Work instruction –
Each line from the start of the records through the line containing "#14=VERTEX_POINT('',#13);" is to be transcribed exactly, and no other line is to be included.

Records for the task –
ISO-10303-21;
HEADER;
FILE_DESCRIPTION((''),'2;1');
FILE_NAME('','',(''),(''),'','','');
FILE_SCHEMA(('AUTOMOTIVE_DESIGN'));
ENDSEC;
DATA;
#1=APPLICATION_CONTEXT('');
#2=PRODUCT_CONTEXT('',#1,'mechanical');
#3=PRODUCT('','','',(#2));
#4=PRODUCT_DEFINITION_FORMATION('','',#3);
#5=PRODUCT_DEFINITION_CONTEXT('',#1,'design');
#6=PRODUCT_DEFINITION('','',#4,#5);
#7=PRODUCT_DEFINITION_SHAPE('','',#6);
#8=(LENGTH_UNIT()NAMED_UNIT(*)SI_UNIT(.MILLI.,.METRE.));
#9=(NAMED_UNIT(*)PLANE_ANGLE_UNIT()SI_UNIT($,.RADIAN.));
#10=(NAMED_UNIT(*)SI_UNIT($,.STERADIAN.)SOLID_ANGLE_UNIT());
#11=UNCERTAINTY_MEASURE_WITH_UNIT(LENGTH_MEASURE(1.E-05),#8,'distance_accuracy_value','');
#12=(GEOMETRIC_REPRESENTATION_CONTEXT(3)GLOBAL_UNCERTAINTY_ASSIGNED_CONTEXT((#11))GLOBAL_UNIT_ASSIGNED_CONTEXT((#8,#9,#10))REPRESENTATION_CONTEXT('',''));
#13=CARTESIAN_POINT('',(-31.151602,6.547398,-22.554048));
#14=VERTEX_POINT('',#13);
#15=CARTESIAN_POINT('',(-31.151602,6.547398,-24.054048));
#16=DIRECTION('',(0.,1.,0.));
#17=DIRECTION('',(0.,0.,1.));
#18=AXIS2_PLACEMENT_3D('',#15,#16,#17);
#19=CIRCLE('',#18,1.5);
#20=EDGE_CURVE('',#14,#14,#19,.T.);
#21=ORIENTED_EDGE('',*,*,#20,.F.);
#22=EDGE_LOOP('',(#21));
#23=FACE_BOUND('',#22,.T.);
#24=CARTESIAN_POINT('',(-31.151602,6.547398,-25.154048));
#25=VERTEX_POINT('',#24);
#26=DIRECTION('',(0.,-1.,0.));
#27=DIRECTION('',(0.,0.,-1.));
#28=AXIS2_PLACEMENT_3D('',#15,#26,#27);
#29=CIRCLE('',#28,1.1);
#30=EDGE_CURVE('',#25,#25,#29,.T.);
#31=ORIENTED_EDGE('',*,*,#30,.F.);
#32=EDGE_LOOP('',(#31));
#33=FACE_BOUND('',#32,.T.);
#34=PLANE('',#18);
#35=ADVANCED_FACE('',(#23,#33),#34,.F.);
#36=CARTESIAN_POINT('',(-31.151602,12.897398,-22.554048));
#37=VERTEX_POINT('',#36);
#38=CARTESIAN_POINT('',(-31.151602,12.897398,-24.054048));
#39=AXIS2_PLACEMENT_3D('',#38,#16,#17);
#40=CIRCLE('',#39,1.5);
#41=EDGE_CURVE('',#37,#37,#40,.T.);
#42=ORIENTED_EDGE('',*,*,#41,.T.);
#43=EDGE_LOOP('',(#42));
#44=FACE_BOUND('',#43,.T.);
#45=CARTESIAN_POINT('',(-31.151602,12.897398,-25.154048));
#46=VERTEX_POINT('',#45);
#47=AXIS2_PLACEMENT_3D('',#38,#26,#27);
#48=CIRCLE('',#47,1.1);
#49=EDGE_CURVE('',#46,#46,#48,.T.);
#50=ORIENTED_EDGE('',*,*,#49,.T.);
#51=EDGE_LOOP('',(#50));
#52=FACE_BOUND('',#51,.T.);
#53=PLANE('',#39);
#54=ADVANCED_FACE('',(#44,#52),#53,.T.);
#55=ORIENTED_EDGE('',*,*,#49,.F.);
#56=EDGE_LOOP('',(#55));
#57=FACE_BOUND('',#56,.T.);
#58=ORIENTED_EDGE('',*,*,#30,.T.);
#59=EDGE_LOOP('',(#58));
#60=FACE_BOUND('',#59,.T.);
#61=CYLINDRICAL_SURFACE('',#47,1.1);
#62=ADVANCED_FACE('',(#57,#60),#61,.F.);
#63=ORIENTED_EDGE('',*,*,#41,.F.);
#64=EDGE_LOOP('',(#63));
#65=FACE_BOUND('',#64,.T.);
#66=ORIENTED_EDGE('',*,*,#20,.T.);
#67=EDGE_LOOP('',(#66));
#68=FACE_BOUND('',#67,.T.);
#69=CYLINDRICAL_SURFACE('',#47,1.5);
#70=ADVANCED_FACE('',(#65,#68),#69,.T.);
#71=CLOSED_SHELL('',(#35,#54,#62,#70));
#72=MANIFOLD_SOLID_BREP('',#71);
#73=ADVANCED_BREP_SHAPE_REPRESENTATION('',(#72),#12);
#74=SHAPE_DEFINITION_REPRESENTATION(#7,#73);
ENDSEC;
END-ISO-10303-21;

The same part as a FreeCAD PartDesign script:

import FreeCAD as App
import Part
import Sketcher
from FreeCAD import Vector
Q = App.Units.Quantity

doc = App.newDocument("Part")
params = doc.addObject("Spreadsheet::Sheet", "Params")
for row, (alias, value) in enumerate([
    ("sketch1_diameter", "3 mm"),
    ("pad1_length", "6.35 mm"),
    ("sketch2_diameter", "2.2 mm"),
    ("pocket1_length", "6.35 mm"),
], start=1):
    params.set(f"A{row}", alias)
    params.set(f"B{row}", "=" + value)
    params.setAlias(f"B{row}", alias)

body = doc.addObject("PartDesign::Body", "Body")

sketch1 = body.newObject("Sketcher::SketchObject", "Sketch")
sketch1.AttachmentSupport = (doc.getObject("XZ_Plane"), [""])
sketch1.MapMode = "FlatFace"
sketch1.AttachmentOffset = App.Placement(Vector(0, 0, -6.547398), App.Rotation())
sketch1.addGeometry(Part.Circle(Vector(-31.2, -24.1, 0), Vector(0, 0, 1), 1.5), False)
sketch1.addConstraint([
    Sketcher.Constraint("Diameter", 0, Q("3 mm")),
    Sketcher.Constraint("DistanceX", 0, 3, -1, 1, Q("31.151602 mm")),
    Sketcher.Constraint("DistanceY", 0, 3, -1, 1, Q("24.054048 mm")),
])
sketch1.setExpression("Constraints[0]", "Params.sketch1_diameter")
pad1 = body.newObject("PartDesign::Pad", "Pad")
pad1.Profile = sketch1
pad1.setExpression("Length", "Params.pad1_length")
pad1.Reversed = True

sketch2 = body.newObject("Sketcher::SketchObject", "Sketch001")
sketch2.AttachmentSupport = (doc.getObject("XZ_Plane"), [""])
sketch2.MapMode = "FlatFace"
sketch2.AttachmentOffset = App.Placement(Vector(0, 0, -6.547398), App.Rotation())
sketch2.addGeometry(Part.Circle(Vector(-31.2, -24.1, 0), Vector(0, 0, 1), 1.1), False)
sketch2.addConstraint([
    Sketcher.Constraint("Diameter", 0, Q("2.2 mm")),
    Sketcher.Constraint("DistanceX", 0, 3, -1, 1, Q("31.151602 mm")),
    Sketcher.Constraint("DistanceY", 0, 3, -1, 1, Q("24.054048 mm")),
])
sketch2.setExpression("Constraints[0]", "Params.sketch2_diameter")
pocket1 = body.newObject("PartDesign::Pocket", "Pocket")
pocket1.Profile = sketch2
pocket1.setExpression("Length", "Params.pocket1_length")

doc.recompute()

Solution –
ISO-10303-21;
HEADER;
FILE_DESCRIPTION((''),'2;1');
FILE_NAME('','',(''),(''),'','','');
FILE_SCHEMA(('AUTOMOTIVE_DESIGN'));
ENDSEC;
DATA;
#1=APPLICATION_CONTEXT('');
#2=PRODUCT_CONTEXT('',#1,'mechanical');
#3=PRODUCT('','','',(#2));
#4=PRODUCT_DEFINITION_FORMATION('','',#3);
#5=PRODUCT_DEFINITION_CONTEXT('',#1,'design');
#6=PRODUCT_DEFINITION('','',#4,#5);
#7=PRODUCT_DEFINITION_SHAPE('','',#6);
#8=(LENGTH_UNIT()NAMED_UNIT(*)SI_UNIT(.MILLI.,.METRE.));
#9=(NAMED_UNIT(*)PLANE_ANGLE_UNIT()SI_UNIT($,.RADIAN.));
#10=(NAMED_UNIT(*)SI_UNIT($,.STERADIAN.)SOLID_ANGLE_UNIT());
#11=UNCERTAINTY_MEASURE_WITH_UNIT(LENGTH_MEASURE(1.E-05),#8,'distance_accuracy_value','');
#12=(GEOMETRIC_REPRESENTATION_CONTEXT(3)GLOBAL_UNCERTAINTY_ASSIGNED_CONTEXT((#11))GLOBAL_UNIT_ASSIGNED_CONTEXT((#8,#9,#10))REPRESENTATION_CONTEXT('',''));
#13=CARTESIAN_POINT('',(-31.151602,6.547398,-22.554048));
#14=VERTEX_POINT('',#13);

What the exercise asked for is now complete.